Work item
Each line of the records below that contains "moved" needs to be copied.

::: Dataset entries :::

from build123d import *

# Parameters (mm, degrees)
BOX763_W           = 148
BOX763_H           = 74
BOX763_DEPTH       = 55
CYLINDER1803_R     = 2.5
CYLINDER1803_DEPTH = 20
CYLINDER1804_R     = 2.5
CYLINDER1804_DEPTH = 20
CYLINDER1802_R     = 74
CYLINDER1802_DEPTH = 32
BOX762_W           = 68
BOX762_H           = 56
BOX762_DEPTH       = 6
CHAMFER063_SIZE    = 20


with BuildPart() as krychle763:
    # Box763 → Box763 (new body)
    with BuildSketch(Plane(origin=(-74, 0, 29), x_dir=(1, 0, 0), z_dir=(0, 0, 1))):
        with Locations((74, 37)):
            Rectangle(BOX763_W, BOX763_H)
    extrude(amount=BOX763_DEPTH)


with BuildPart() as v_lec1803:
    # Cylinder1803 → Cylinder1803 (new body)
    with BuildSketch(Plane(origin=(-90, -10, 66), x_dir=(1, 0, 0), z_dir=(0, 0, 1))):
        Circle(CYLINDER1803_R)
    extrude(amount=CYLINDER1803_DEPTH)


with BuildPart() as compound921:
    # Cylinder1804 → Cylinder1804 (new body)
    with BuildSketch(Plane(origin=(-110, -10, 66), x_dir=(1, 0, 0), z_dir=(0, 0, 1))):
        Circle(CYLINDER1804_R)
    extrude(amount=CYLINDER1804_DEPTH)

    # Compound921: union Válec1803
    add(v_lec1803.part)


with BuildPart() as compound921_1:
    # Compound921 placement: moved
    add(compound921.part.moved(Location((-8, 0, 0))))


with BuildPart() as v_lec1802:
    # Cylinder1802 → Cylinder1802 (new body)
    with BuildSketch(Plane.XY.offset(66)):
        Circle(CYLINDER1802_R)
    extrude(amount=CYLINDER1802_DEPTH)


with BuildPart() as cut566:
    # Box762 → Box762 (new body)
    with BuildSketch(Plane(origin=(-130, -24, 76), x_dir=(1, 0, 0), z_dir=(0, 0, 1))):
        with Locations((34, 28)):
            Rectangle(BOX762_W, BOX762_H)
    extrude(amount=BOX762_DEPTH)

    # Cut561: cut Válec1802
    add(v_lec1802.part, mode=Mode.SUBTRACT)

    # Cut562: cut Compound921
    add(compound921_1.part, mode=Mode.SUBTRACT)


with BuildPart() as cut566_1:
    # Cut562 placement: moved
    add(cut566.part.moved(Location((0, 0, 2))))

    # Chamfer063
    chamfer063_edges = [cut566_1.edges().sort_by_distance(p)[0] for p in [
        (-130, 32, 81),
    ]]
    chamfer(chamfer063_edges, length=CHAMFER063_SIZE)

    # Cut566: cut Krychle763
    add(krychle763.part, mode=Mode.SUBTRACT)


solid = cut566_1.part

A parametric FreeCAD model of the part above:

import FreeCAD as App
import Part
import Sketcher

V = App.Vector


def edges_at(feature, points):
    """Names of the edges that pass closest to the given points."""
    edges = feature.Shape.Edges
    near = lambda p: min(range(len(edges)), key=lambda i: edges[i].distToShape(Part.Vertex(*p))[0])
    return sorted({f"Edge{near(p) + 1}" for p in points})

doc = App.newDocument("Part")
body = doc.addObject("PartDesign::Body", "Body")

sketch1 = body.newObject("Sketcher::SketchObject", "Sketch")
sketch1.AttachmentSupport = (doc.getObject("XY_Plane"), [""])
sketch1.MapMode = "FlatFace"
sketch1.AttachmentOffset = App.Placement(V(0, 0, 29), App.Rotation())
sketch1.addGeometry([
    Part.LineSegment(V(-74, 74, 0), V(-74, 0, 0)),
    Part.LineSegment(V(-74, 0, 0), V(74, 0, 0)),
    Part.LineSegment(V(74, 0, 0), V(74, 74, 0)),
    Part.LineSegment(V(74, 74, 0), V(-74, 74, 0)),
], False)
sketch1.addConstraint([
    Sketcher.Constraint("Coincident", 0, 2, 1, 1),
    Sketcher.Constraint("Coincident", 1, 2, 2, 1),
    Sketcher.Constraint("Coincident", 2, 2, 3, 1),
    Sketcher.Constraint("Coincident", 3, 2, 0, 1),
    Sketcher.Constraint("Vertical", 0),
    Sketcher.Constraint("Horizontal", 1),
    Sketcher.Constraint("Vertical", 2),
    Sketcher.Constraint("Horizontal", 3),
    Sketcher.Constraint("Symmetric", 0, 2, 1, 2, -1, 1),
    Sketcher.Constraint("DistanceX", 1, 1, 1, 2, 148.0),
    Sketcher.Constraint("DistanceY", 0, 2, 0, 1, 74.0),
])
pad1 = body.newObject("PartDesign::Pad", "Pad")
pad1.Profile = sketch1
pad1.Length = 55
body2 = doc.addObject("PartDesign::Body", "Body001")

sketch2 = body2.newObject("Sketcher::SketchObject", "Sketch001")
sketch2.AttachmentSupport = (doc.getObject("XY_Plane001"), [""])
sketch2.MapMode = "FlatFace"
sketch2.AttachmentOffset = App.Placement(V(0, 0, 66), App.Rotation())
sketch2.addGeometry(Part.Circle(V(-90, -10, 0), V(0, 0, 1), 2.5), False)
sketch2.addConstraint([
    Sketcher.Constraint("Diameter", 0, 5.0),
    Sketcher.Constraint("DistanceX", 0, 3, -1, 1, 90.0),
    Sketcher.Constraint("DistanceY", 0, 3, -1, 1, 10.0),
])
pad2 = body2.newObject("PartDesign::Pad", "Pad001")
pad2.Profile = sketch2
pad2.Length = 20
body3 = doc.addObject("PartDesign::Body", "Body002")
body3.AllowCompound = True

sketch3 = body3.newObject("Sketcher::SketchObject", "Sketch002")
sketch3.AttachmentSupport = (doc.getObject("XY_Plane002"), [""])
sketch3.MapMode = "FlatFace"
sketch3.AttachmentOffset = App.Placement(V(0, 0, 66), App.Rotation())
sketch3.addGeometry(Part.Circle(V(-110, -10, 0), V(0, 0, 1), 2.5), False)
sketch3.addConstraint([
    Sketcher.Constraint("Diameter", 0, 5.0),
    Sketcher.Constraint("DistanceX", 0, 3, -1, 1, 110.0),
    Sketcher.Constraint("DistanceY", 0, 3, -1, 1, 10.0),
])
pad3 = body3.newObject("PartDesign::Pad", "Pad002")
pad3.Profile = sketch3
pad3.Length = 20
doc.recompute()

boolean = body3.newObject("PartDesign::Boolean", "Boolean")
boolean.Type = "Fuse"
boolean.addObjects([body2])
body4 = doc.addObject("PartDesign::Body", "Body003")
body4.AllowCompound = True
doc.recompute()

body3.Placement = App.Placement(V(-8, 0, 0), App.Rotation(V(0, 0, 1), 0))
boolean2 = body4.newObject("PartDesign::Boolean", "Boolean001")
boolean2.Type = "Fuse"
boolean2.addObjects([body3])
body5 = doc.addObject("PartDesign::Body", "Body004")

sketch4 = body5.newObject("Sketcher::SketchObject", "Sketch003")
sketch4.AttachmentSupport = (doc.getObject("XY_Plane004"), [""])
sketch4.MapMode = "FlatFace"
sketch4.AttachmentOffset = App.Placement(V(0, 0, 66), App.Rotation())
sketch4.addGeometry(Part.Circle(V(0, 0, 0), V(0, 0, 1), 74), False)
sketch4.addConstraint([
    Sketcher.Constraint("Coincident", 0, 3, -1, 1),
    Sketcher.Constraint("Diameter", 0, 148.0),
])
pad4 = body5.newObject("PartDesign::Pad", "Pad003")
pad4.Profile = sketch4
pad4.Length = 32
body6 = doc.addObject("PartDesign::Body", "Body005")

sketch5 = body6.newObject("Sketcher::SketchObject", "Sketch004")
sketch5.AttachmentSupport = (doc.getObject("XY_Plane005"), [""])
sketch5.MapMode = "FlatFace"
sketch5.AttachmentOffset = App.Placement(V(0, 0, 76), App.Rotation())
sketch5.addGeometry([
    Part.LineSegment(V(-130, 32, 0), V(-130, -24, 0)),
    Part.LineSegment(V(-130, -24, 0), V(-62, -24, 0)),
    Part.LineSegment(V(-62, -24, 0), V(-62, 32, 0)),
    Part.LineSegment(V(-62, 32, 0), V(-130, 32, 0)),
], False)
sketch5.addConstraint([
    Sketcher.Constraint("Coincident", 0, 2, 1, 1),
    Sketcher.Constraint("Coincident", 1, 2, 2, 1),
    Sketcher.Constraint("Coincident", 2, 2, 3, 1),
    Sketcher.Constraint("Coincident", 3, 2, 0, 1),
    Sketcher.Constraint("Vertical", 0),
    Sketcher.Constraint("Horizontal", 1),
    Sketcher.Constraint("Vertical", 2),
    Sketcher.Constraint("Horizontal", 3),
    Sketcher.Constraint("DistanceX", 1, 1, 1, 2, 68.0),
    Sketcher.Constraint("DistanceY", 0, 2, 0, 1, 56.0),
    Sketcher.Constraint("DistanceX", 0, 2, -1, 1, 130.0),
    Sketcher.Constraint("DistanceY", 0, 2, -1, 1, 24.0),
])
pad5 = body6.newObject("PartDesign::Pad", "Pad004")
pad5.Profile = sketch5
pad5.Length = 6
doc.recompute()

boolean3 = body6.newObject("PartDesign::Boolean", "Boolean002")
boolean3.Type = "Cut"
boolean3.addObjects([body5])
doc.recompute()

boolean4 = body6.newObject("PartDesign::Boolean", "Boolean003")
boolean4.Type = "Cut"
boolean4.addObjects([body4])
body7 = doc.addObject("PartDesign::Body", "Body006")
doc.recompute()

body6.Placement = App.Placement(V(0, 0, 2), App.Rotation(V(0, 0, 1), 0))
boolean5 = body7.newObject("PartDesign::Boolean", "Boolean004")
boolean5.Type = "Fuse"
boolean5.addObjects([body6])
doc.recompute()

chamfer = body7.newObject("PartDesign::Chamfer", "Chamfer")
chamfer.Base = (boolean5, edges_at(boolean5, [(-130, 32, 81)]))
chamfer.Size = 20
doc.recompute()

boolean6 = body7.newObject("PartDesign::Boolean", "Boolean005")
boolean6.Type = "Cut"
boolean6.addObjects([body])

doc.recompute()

:::

Solution for this exercise
    # Compound921 placement: moved
    add(compound921.part.moved(Location((-8, 0, 0))))
    # Cut562 placement: moved
    add(cut566.part.moved(Location((0, 0, 2))))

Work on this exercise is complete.